A: I might as well: there is in fact a nice way to rewrite the Lagrange interpolating polynomial, called barycentric Lagrange interpolation, that allows you to quickly write down an expression for the interpolating polynomial, after which you only need to do a few more simplifications to get the actual polynomial you want. For the case of equally-spaced points like in the OP ($x_j=x_0+jh,\;j=0,1,\dots,n$) with corresponding $f(x_j)$, the barycentric form of the Lagrange interpolating polynomial looks remarkably simple:
$$\frac{\sum\limits_{j=0}^n \frac{(-1)^j}{x-x_j}\binom{n}{j}f(x_j)}{\sum\limits_{j=0}^n \frac{(-1)^j}{x-x_j}\binom{n}{j}}$$
In fact, for numerical evaluation purposes, one could use this form directly, with some care needed when $x$ is equal to an interpolation point. (If $x$ is nearly, but not equal to, an interpolation point, the method still performs with good accuracy; see the linked article for a deeper discussion.)

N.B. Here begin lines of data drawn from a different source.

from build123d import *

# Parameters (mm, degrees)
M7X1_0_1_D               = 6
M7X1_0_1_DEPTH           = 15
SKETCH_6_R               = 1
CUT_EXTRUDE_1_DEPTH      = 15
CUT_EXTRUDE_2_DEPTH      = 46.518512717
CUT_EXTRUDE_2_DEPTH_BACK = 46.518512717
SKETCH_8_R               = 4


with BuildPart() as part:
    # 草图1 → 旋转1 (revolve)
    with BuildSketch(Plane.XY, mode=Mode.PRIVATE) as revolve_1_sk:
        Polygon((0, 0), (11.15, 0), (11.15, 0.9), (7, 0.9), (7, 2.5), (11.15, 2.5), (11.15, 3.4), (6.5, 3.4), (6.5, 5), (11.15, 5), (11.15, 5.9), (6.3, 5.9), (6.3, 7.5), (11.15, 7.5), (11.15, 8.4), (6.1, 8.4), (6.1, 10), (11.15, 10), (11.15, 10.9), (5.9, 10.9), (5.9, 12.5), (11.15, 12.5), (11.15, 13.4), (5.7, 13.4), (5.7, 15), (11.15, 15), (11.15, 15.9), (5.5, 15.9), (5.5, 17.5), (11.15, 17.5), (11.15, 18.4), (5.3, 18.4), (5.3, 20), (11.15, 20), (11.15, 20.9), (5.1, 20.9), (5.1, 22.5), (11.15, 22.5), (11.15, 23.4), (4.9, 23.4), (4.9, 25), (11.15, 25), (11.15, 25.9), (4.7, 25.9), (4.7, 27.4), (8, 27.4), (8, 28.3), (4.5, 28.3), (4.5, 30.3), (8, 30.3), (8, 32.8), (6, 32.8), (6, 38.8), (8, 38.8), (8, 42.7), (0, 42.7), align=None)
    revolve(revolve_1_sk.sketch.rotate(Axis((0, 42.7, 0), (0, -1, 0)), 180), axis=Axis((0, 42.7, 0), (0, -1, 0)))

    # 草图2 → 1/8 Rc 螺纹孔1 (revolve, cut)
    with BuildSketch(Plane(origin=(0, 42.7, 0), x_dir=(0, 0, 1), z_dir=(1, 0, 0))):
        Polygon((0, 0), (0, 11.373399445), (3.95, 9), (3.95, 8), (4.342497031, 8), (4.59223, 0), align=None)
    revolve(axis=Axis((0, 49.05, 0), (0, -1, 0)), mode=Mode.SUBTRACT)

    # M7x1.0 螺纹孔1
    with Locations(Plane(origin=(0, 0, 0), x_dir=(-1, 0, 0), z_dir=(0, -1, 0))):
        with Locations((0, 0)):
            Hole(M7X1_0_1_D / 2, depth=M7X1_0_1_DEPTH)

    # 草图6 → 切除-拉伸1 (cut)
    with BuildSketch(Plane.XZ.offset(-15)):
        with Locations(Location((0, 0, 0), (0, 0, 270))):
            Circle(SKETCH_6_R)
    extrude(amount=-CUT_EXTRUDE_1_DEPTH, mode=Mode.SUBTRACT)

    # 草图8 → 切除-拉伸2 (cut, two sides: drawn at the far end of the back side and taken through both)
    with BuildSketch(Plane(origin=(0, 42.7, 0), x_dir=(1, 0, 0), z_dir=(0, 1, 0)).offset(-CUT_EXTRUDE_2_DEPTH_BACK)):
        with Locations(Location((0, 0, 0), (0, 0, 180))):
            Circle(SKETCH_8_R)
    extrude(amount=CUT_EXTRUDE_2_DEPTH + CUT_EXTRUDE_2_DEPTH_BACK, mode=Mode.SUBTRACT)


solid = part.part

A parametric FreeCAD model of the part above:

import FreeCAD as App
import Part
import Sketcher
from FreeCAD import Vector
Q = App.Units.Quantity

doc = App.newDocument("Part")
body = doc.addObject("PartDesign::Body", "Body")

# Sketch on XY plane
sketch1 = doc.addObject("Sketcher::SketchObject", "Sketch")
body.addObject(sketch1)
sketch1.AttachmentSupport = (doc.XY_Plane, [""])
sketch1.MapMode = "FlatFace"
sketch1.addGeometry(Part.LineSegment(Vector(0, 0, 0), Vector(11.2, 0, 0)), False)
sketch1.addGeometry(Part.LineSegment(Vector(11.2, 0, 0), Vector(11.2, 0.9, 0)), False)
sketch1.addGeometry(Part.LineSegment(Vector(11.2, 0.9, 0), Vector(7, 0.9, 0)), False)
sketch1.addGeometry(Part.LineSegment(Vector(7, 0.9, 0), Vector(7, 2.5, 0)), False)
sketch1.addGeometry(Part.LineSegment(Vector(7, 2.5, 0), Vector(11.2, 2.5, 0)), False)
sketch1.addGeometry(Part.LineSegment(Vector(11.2, 2.5, 0), Vector(11.2, 3.4, 0)), False)
sketch1.addGeometry(Part.LineSegment(Vector(11.2, 3.4, 0), Vector(6.5, 3.4, 0)), False)
sketch1.addGeometry(Part.LineSegment(Vector(6.5, 3.4, 0), Vector(6.5, 5, 0)), False)
sketch1.addGeometry(Part.LineSegment(Vector(6.5, 5, 0), Vector(11.2, 5, 0)), False)
sketch1.addGeometry(Part.LineSegment(Vector(11.2, 5, 0), Vector(11.2, 5.9, 0)), False)
sketch1.addGeometry(Part.LineSegment(Vector(11.2, 5.9, 0), Vector(6.3, 5.9, 0)), False)
sketch1.addGeometry(Part.LineSegment(Vector(6.3, 5.9, 0), Vector(6.3, 7.5, 0)), False)
sketch1.addGeometry(Part.LineSegment(Vector(6.3, 7.5, 0), Vector(11.2, 7.5, 0)), False)
sketch1.addGeometry(Part.LineSegment(Vector(11.2, 7.5, 0), Vector(11.2, 8.4, 0)), False)
sketch1.addGeometry(Part.LineSegment(Vector(11.2, 8.4, 0), Vector(6.1, 8.4, 0)), False)
sketch1.addGeometry(Part.LineSegment(Vector(6.1, 8.4, 0), Vector(6.1, 10, 0)), False)
sketch1.addGeometry(Part.LineSegment(Vector(6.1, 10, 0), Vector(11.2, 10, 0)), False)
sketch1.addGeometry(Part.LineSegment(Vector(11.2, 10, 0), Vector(11.2, 10.9, 0)), False)
sketch1.addGeometry(Part.LineSegment(Vector(11.2, 10.9, 0), Vector(5.9, 10.9, 0)), False)
sketch1.addGeometry(Part.LineSegment(Vector(5.9, 10.9, 0), Vector(5.9, 12.5, 0)), False)
sketch1.addGeometry(Part.LineSegment(Vector(5.9, 12.5, 0), Vector(11.2, 12.5, 0)), False)
sketch1.addGeometry(Part.LineSegment(Vector(11.2, 12.5, 0), Vector(11.2, 13.4, 0)), False)
sketch1.addGeometry(Part.LineSegment(Vector(11.2, 13.4, 0), Vector(5.7, 13.4, 0)), False)
sketch1.addGeometry(Part.LineSegment(Vector(5.7, 13.4, 0), Vector(5.7, 15, 0)), False)
sketch1.addGeometry(Part.LineSegment(Vector(5.7, 15, 0), Vector(11.2, 15, 0)), False)
sketch1.addGeometry(Part.LineSegment(Vector(11.2, 15, 0), Vector(11.2, 15.9, 0)), False)
sketch1.addGeometry(Part.LineSegment(Vector(11.2, 15.9, 0), Vector(5.5, 15.9, 0)), False)
sketch1.addGeometry(Part.LineSegment(Vector(5.5, 15.9, 0), Vector(5.5, 17.5, 0)), False)
sketch1.addGeometry(Part.LineSegment(Vector(5.5, 17.5, 0), Vector(11.2, 17.5, 0)), False)
sketch1.addGeometry(Part.LineSegment(Vector(11.2, 17.5, 0), Vector(11.2, 18.4, 0)), False)
sketch1.addGeometry(Part.LineSegment(Vector(11.2, 18.4, 0), Vector(5.3, 18.4, 0)), False)
sketch1.addGeometry(Part.LineSegment(Vector(5.3, 18.4, 0), Vector(5.3, 20, 0)), False)
sketch1.addGeometry(Part.LineSegment(Vector(5.3, 20, 0), Vector(11.2, 20, 0)), False)
sketch1.addGeometry(Part.LineSegment(Vector(11.2, 20, 0), Vector(11.2, 20.9, 0)), False)
sketch1.addGeometry(Part.LineSegment(Vector(11.2, 20.9, 0), Vector(5.1, 20.9, 0)), False)
sketch1.addGeometry(Part.LineSegment(Vector(5.1, 20.9, 0), Vector(5.1, 22.5, 0)), False)
sketch1.addGeometry(Part.LineSegment(Vector(5.1, 22.5, 0), Vector(11.2, 22.5, 0)), False)
sketch1.addGeometry(Part.LineSegment(Vector(11.2, 22.5, 0), Vector(11.2, 23.4, 0)), False)
sketch1.addGeometry(Part.LineSegment(Vector(11.2, 23.4, 0), Vector(4.9, 23.4, 0)), False)
sketch1.addGeometry(Part.LineSegment(Vector(4.9, 23.4, 0), Vector(4.9, 25, 0)), False)
sketch1.addGeometry(Part.LineSegment(Vector(4.9, 25, 0), Vector(11.2, 25, 0)), False)
sketch1.addGeometry(Part.LineSegment(Vector(11.2, 25, 0), Vector(11.2, 25.9, 0)), False)
sketch1.addGeometry(Part.LineSegment(Vector(11.2, 25.9, 0), Vector(4.7, 25.9, 0)), False)
sketch1.addGeometry(Part.LineSegment(Vector(4.7, 25.9, 0), Vector(4.7, 27.4, 0)), False)
sketch1.addGeometry(Part.LineSegment(Vector(4.7, 27.4, 0), Vector(8, 27.4, 0)), False)
sketch1.addGeometry(Part.LineSegment(Vector(8, 27.4, 0), Vector(8, 28.3, 0)), False)
sketch1.addGeometry(Part.LineSegment(Vector(8, 28.3, 0), Vector(4.5, 28.3, 0)), False)
sketch1.addGeometry(Part.LineSegment(Vector(4.5, 28.3, 0), Vector(4.5, 30.3, 0)), False)
sketch1.addGeometry(Part.LineSegment(Vector(4.5, 30.3, 0), Vector(8, 30.3, 0)), False)
sketch1.addGeometry(Part.LineSegment(Vector(8, 30.3, 0), Vector(8, 32.8, 0)), False)
sketch1.addGeometry(Part.LineSegment(Vector(8, 32.8, 0), Vector(6, 32.8, 0)), False)
sketch1.addGeometry(Part.LineSegment(Vector(6, 32.8, 0), Vector(6, 38.8, 0)), False)
sketch1.addGeometry(Part.LineSegment(Vector(6, 38.8, 0), Vector(8, 38.8, 0)), False)
sketch1.addGeometry(Part.LineSegment(Vector(8, 38.8, 0), Vector(8, 42.7, 0)), False)
sketch1.addGeometry(Part.LineSegment(Vector(8, 42.7, 0), Vector(0, 42.7, 0)), False)
sketch1.addGeometry(Part.LineSegment(Vector(0, 42.7, 0), Vector(0, 0, 0)), False)
sketch1.addConstraint(Sketcher.Constraint("Coincident", 0, 2, 1, 1))
sketch1.addConstraint(Sketcher.Constraint("Coincident", 1, 2, 2, 1))
sketch1.addConstraint(Sketcher.Constraint("Coincident", 2, 2, 3, 1))
sketch1.addConstraint(Sketcher.Constraint("Coincident", 3, 2, 4, 1))
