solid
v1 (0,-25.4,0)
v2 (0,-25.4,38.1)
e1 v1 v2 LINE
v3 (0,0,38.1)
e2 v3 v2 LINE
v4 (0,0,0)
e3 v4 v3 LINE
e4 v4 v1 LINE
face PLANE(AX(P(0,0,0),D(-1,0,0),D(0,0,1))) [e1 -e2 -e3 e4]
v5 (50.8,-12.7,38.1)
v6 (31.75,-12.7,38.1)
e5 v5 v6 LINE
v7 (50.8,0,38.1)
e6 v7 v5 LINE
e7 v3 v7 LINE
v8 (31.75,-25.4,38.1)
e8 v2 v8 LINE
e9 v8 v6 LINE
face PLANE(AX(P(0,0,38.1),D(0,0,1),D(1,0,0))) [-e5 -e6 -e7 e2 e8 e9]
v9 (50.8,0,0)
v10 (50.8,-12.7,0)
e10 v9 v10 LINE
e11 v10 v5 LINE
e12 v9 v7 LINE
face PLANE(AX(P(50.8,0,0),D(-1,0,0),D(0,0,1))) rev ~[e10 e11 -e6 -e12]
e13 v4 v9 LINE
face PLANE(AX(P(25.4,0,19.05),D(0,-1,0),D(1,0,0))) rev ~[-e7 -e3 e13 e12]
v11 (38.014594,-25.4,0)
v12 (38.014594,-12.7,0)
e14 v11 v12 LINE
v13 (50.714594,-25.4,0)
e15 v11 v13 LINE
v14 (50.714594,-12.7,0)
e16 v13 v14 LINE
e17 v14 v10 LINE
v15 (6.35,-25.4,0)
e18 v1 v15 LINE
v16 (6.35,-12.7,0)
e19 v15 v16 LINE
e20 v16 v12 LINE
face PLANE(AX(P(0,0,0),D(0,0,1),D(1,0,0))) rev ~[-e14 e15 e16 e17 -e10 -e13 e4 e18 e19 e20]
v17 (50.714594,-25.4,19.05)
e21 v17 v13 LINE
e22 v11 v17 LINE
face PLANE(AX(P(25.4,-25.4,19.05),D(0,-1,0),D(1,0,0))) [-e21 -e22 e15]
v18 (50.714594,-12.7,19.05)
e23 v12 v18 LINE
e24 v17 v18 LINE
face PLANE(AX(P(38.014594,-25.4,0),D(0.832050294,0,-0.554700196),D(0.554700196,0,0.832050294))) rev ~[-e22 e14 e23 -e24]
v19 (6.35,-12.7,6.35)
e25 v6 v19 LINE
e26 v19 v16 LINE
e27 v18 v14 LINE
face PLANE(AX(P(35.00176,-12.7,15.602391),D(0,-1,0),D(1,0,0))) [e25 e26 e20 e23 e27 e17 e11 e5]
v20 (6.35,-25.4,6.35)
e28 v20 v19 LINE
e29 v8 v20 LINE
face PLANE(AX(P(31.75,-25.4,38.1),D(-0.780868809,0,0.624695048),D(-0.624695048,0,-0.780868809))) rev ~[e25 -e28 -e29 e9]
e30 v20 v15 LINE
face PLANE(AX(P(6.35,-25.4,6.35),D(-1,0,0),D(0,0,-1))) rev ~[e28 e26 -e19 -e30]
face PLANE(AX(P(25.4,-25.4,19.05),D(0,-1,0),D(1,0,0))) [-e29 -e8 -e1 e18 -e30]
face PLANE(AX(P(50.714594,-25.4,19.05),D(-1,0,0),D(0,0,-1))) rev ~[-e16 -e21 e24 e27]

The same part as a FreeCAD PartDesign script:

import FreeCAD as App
import Part
import Sketcher
Q = App.Units.Quantity

doc = App.newDocument("Part")
body = doc.addObject("PartDesign::Body", "Body")

sketch1 = body.newObject("Sketcher::SketchObject", "Sketch")
sketch1.AttachmentSupport = (doc.getObject("XZ_Plane"), [""])
sketch1.MapMode = "FlatFace"
sketch1.addGeometry(Part.LineSegment(App.Vector(0, 38, 0), App.Vector(0, 0, 0)), False)
sketch1.addGeometry(Part.LineSegment(App.Vector(0, 0, 0), App.Vector(51, 0, 0)), False)
sketch1.addGeometry(Part.LineSegment(App.Vector(51, 0, 0), App.Vector(51, 38, 0)), False)
sketch1.addGeometry(Part.LineSegment(App.Vector(51, 38, 0), App.Vector(0, 38, 0)), False)
sketch1.addConstraint(Sketcher.Constraint("Coincident", 0, 2, 1, 1))
sketch1.addConstraint(Sketcher.Constraint("Coincident", 1, 2, 2, 1))
sketch1.addConstraint(Sketcher.Constraint("Coincident", 2, 2, 3, 1))
sketch1.addConstraint(Sketcher.Constraint("Coincident", 3, 2, 0, 1))
sketch1.addConstraint(Sketcher.Constraint("Vertical", 0))
sketch1.addConstraint(Sketcher.Constraint("Horizontal", 1))
sketch1.addConstraint(Sketcher.Constraint("Vertical", 2))
sketch1.addConstraint(Sketcher.Constraint("Horizontal", 3))
sketch1.addConstraint(Sketcher.Constraint("Coincident", 0, 2, -1, 1))
sketch1.addConstraint(Sketcher.Constraint("DistanceX", 1, 1, 1, 2, Q("2 in")))
sketch1.addConstraint(Sketcher.Constraint("DistanceY", 0, 2, 0, 1, Q("1.5 in")))
pad1 = body.newObject("PartDesign::Pad", "Pad")
pad1.Profile = sketch1
pad1.Length = Q("1 in")

sketch2 = body.newObject("Sketcher::SketchObject", "Sketch001")
sketch2.AttachmentSupport = (doc.getObject("XZ_Plane"), [""])
sketch2.MapMode = "FlatFace"
sketch2.AttachmentOffset = App.Placement(App.Vector(0, 0, 1 * 25.4), App.Rotation())
sketch2.addGeometry(Part.LineSegment(App.Vector(6.35, 0, 0), App.Vector(38.01, 0, 0)), False)
sketch2.addGeometry(Part.LineSegment(App.Vector(38.01, 0, 0), App.Vector(50.71, 19.05, 0)), False)
sketch2.addGeometry(Part.LineSegment(App.Vector(50.71, 19.05, 0), App.Vector(50.71, 0, 0)), False)
sketch2.addGeometry(Part.LineSegment(App.Vector(50.71, 0, 0), App.Vector(50.8, 0, 0)), False)
sketch2.addGeometry(Part.LineSegment(App.Vector(50.8, 0, 0), App.Vector(50.8, 38.1, 0)), False)
sketch2.addGeometry(Part.LineSegment(App.Vector(50.8, 38.1, 0), App.Vector(31.75, 38.1, 0)), False)
sketch2.addGeometry(Part.LineSegment(App.Vector(31.75, 38.1, 0), App.Vector(6.35, 6.35, 0)), False)
sketch2.addGeometry(Part.LineSegment(App.Vector(6.35, 6.35, 0), App.Vector(6.35, 0, 0)), False)
sketch2.addConstraint(Sketcher.Constraint("Coincident", 0, 2, 1, 1))
sketch2.addConstraint(Sketcher.Constraint("Coincident", 1, 2, 2, 1))
sketch2.addConstraint(Sketcher.Constraint("Coincident", 2, 2, 3, 1))
sketch2.addConstraint(Sketcher.Constraint("Coincident", 3, 2, 4, 1))
sketch2.addConstraint(Sketcher.Constraint("Coincident", 4, 2, 5, 1))
sketch2.addConstraint(Sketcher.Constraint("Coincident", 5, 2, 6, 1))
sketch2.addConstraint(Sketcher.Constraint("Coincident", 6, 2, 7, 1))
sketch2.addConstraint(Sketcher.Constraint("Coincident", 7, 2, 0, 1))
sketch2.addConstraint(Sketcher.Constraint("Horizontal", 0))
sketch2.addConstraint(Sketcher.Constraint("Vertical", 2))
sketch2.addConstraint(Sketcher.Constraint("Horizontal", 3))
sketch2.addConstraint(Sketcher.Constraint("Vertical", 4))
sketch2.addConstraint(Sketcher.Constraint("Horizontal", 5))
sketch2.addConstraint(Sketcher.Constraint("Vertical", 7))
sketch2.addConstraint(Sketcher.Constraint("PointOnObject", 0, 2, -1))
sketch2.addConstraint(Sketcher.Constraint("PointOnObject", 2, 2, -1))
sketch2.addConstraint(Sketcher.Constraint("Equal", 5, 2))
sketch2.addConstraint(Sketcher.Constraint("DistanceY", 4, 1, 4, 2, Q("1.5 in")))
sketch2.addConstraint(Sketcher.Constraint("DistanceX", -1, 1, 3, 2, Q("2 in")))
sketch2.addConstraint(Sketcher.Constraint("DistanceX", 6, 2, 5, 2, Q("1 in")))
sketch2.addConstraint(Sketcher.Constraint("DistanceX", 5, 2, 5, 1, Q("0.75 in")))
sketch2.addConstraint(Sketcher.Constraint("DistanceY", 7, 2, 7, 1, Q("0.25 in")))
sketch2.addConstraint(Sketcher.Constraint("DistanceX", 0, 2, 1, 2, Q("0.5 in")))
sketch2.addConstraint(Sketcher.Constraint("DistanceX", 0, 1, 0, 2, 31.664594))
pocket1 = body.newObject("PartDesign::Pocket", "Pocket")
pocket1.Profile = sketch2
pocket1.Length = Q("0.5 in")

doc.recompute()
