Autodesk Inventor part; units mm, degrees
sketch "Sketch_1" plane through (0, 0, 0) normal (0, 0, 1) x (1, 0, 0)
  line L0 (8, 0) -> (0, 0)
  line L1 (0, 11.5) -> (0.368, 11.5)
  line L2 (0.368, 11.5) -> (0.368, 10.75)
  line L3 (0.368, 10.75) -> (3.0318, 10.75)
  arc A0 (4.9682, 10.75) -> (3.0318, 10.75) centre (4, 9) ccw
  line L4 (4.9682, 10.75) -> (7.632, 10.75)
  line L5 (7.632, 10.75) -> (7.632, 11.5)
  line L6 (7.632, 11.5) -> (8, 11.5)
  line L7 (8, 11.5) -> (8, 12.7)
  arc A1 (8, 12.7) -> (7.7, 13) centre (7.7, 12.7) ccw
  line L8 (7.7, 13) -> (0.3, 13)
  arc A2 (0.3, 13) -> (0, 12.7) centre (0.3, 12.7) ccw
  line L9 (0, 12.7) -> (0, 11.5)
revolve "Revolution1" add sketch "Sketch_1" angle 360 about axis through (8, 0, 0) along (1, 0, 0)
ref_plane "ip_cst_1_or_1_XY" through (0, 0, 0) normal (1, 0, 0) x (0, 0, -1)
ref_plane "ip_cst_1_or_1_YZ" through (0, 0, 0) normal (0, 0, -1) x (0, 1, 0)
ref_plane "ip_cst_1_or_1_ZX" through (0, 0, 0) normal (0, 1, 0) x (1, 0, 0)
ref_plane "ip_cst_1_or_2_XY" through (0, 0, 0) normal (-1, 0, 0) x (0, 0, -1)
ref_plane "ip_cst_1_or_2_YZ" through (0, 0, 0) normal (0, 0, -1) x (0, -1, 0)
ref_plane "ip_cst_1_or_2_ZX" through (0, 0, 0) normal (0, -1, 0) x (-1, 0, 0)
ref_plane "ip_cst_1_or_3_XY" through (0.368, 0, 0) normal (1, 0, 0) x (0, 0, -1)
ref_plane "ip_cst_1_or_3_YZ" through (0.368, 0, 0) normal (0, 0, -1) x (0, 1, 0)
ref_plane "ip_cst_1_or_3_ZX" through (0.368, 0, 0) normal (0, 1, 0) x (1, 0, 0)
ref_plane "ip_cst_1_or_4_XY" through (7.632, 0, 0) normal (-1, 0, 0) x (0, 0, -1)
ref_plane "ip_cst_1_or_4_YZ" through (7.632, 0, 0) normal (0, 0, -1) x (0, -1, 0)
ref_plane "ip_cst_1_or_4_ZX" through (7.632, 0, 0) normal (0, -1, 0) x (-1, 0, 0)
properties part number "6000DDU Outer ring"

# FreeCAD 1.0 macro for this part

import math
import FreeCAD as App
import Part
import Sketcher
from FreeCAD import Vector

doc = App.newDocument("Part")
params = doc.addObject("Spreadsheet::Sheet", "Params")
for row, (alias, value) in enumerate([
    ("sketch1_radius", "2 mm"),
    ("sketch1_radius2", "0.3 mm"),
    ("sketch1_width", "7.4 mm"),
    ("sketch1_height", "1.2 mm"),
    ("sketch1_height2", "0.75 mm"),
    ("revolution_angle", "360 deg"),
], start=1):
    params.set(f"A{row}", alias)
    params.set(f"B{row}", "=" + value)
    params.setAlias(f"B{row}", alias)

body = doc.addObject("PartDesign::Body", "Body")

# Sketch on XY plane
sketch1 = body.newObject("Sketcher::SketchObject", "Sketch")
sketch1.AttachmentSupport = (doc.getObject("XY_Plane"), [""])
sketch1.MapMode = "FlatFace"
sketch1.addGeometry([
    Part.LineSegment(Vector(0, 12.7, 0), Vector(0, 11.5, 0)),  # 0
    Part.LineSegment(Vector(0, 11.5, 0), Vector(0.368, 11.5, 0)),  # 1
    Part.LineSegment(Vector(0.368, 11.5, 0), Vector(0.368, 10.75, 0)),  # 2
    Part.LineSegment(Vector(0.368, 10.75, 0), Vector(3.0318, 10.75, 0)),  # 3
    Part.ArcOfCircle(Part.Circle(Vector(4, 9, 0), Vector(0, 0, 1), 1.999978), math.radians(61.046125), math.radians(118.953875)),  # 4
    Part.LineSegment(Vector(4.9682, 10.75, 0), Vector(7.632, 10.75, 0)),  # 5
    Part.LineSegment(Vector(7.632, 10.75, 0), Vector(7.632, 11.5, 0)),  # 6
    Part.LineSegment(Vector(7.632, 11.5, 0), Vector(8, 11.5, 0)),  # 7
    Part.LineSegment(Vector(8, 11.5, 0), Vector(8, 12.7, 0)),  # 8
    Part.ArcOfCircle(Part.Circle(Vector(7.7, 12.7, 0), Vector(0, 0, 1), 0.3), math.radians(0), math.radians(90)),  # 9
    Part.LineSegment(Vector(7.7, 13, 0), Vector(0.3, 13, 0)),  # 10
    Part.ArcOfCircle(Part.Circle(Vector(0.3, 12.7, 0), Vector(0, 0, 1), 0.3), math.radians(90), math.radians(180)),  # 11
], False)
sketch1.addConstraint([
    Sketcher.Constraint("Coincident", 0, 2, 1, 1),
    Sketcher.Constraint("Coincident", 1, 2, 2, 1),
    Sketcher.Constraint("Coincident", 2, 2, 3, 1),
    Sketcher.Constraint("Coincident", 3, 2, 4, 2),
    Sketcher.Constraint("Coincident", 4, 1, 5, 1),
    Sketcher.Constraint("Coincident", 5, 2, 6, 1),
    Sketcher.Constraint("Coincident", 6, 2, 7, 1),
    Sketcher.Constraint("Coincident", 7, 2, 8, 1),
    Sketcher.Constraint("Tangent", 8, 2, 9, 1),
    Sketcher.Constraint("Tangent", 9, 2, 10, 1),
    Sketcher.Constraint("Tangent", 10, 2, 11, 1),
    Sketcher.Constraint("Tangent", 11, 2, 0, 1),
    Sketcher.Constraint("Vertical", 0),
    Sketcher.Constraint("Horizontal", 1),
    Sketcher.Constraint("Vertical", 2),
    Sketcher.Constraint("Horizontal", 3),
    Sketcher.Constraint("Horizontal", 5),
    Sketcher.Constraint("Vertical", 6),
    Sketcher.Constraint("Horizontal", 7),
    Sketcher.Constraint("Vertical", 8),
    Sketcher.Constraint("Horizontal", 10),
    Sketcher.Constraint("Equal", 9, 11),
    Sketcher.Constraint("PointOnObject", 0, 2, -2),
    Sketcher.Constraint("Horizontal", 3, 2, 4, 1),
    Sketcher.Constraint("Horizontal", 1, 2, 6, 2),
    Sketcher.Constraint("Equal", 3, 5),
    Sketcher.Constraint("Equal", 1, 7),
    Sketcher.Constraint("Radius", 4, 2.0),
    Sketcher.Constraint("Radius", 9, 0.3),
    Sketcher.Constraint("DistanceX", 10, 2, 10, 1, 7.4),
    Sketcher.Constraint("DistanceY", 0, 2, 0, 1, 1.2),
    Sketcher.Constraint("DistanceY", -1, 1, 4, 3, 9.0),
    Sketcher.Constraint("DistanceY", -1, 1, 9, 2, 13.0),
    Sketcher.Constraint("DistanceY", 2, 2, 2, 1, 0.75),
    Sketcher.Constraint("DistanceX", 1, 1, 1, 2, 0.368),
])
sketch1.setExpression("Constraints[27]", "Params.sketch1_radius")
sketch1.setExpression("Constraints[28]", "Params.sketch1_radius2")
sketch1.setExpression("Constraints[29]", "Params.sketch1_width")
sketch1.setExpression("Constraints[30]", "Params.sketch1_height")
sketch1.setExpression("Constraints[33]", "Params.sketch1_height2")
revolution = body.newObject("PartDesign::Revolution", "Revolution")
revolution.Profile = sketch1
revolution.ReferenceAxis = (sketch1, ["H_Axis"])
revolution.setExpression("Angle", "Params.revolution_angle")

doc.recompute()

For OP's case, we obtain, thankfully due to most of the ordinates being zero, the expression
$$\frac{\frac2{x}+\frac1{x-6}}{\frac1{x}-\frac6{x-1}+\frac{15}{x-2}-\frac{20}{x-3}+\frac{15}{x-4}-\frac6{x-5}+\frac1{x-6}}$$
or, after a bit more algebraic massaging,
$$\frac{x(x-1)(x-2)(x-3)(x-4)(x-5)(x-6)}{720}\left(\frac1{x-6}+\frac2{x}\right)=\frac{(x-1)(x-2)(x-3)(x-4)^2(x-5)}{240}$$

For the case of non-equispaced points, a bit more work needs to be done; see the Berrut/Trefethen paper I linked to above for more details.
A: If you have a set of discrete data points like this, and you want to inter a continuous function which satisfies all of these data points, you can basically plot the points and then draw straight lines between the closest points to obtain your continuous function.  In other words, you can use linear interpolation.  If you know two points ($x_1$, f($x_1$)), ($x_2$, f($x_2$)), then you can find the equation for a straight line between them "y=mx+b" by first finding the slope m of such a line:  
m=(f($x_2$)-f($x_1$))/($x_2$-$x_1$).  Then you can figure out b by substituting $x_1$ for x, and f($x_1$) for y.  Applying that for all appropriate pairs of points here gives us:
 f(x)=-2x+2  if x belongs to (0, 1]
      0      if x belongs to (1, 5)
      x-5    if x belongs to [5, 6]

Such a function is, of course, not differentiable everywhere. 
Other interpolation methods do exist, and as Marc van Leeuwen, as well as others, hint at, many other interpolations methods could get developed if desired.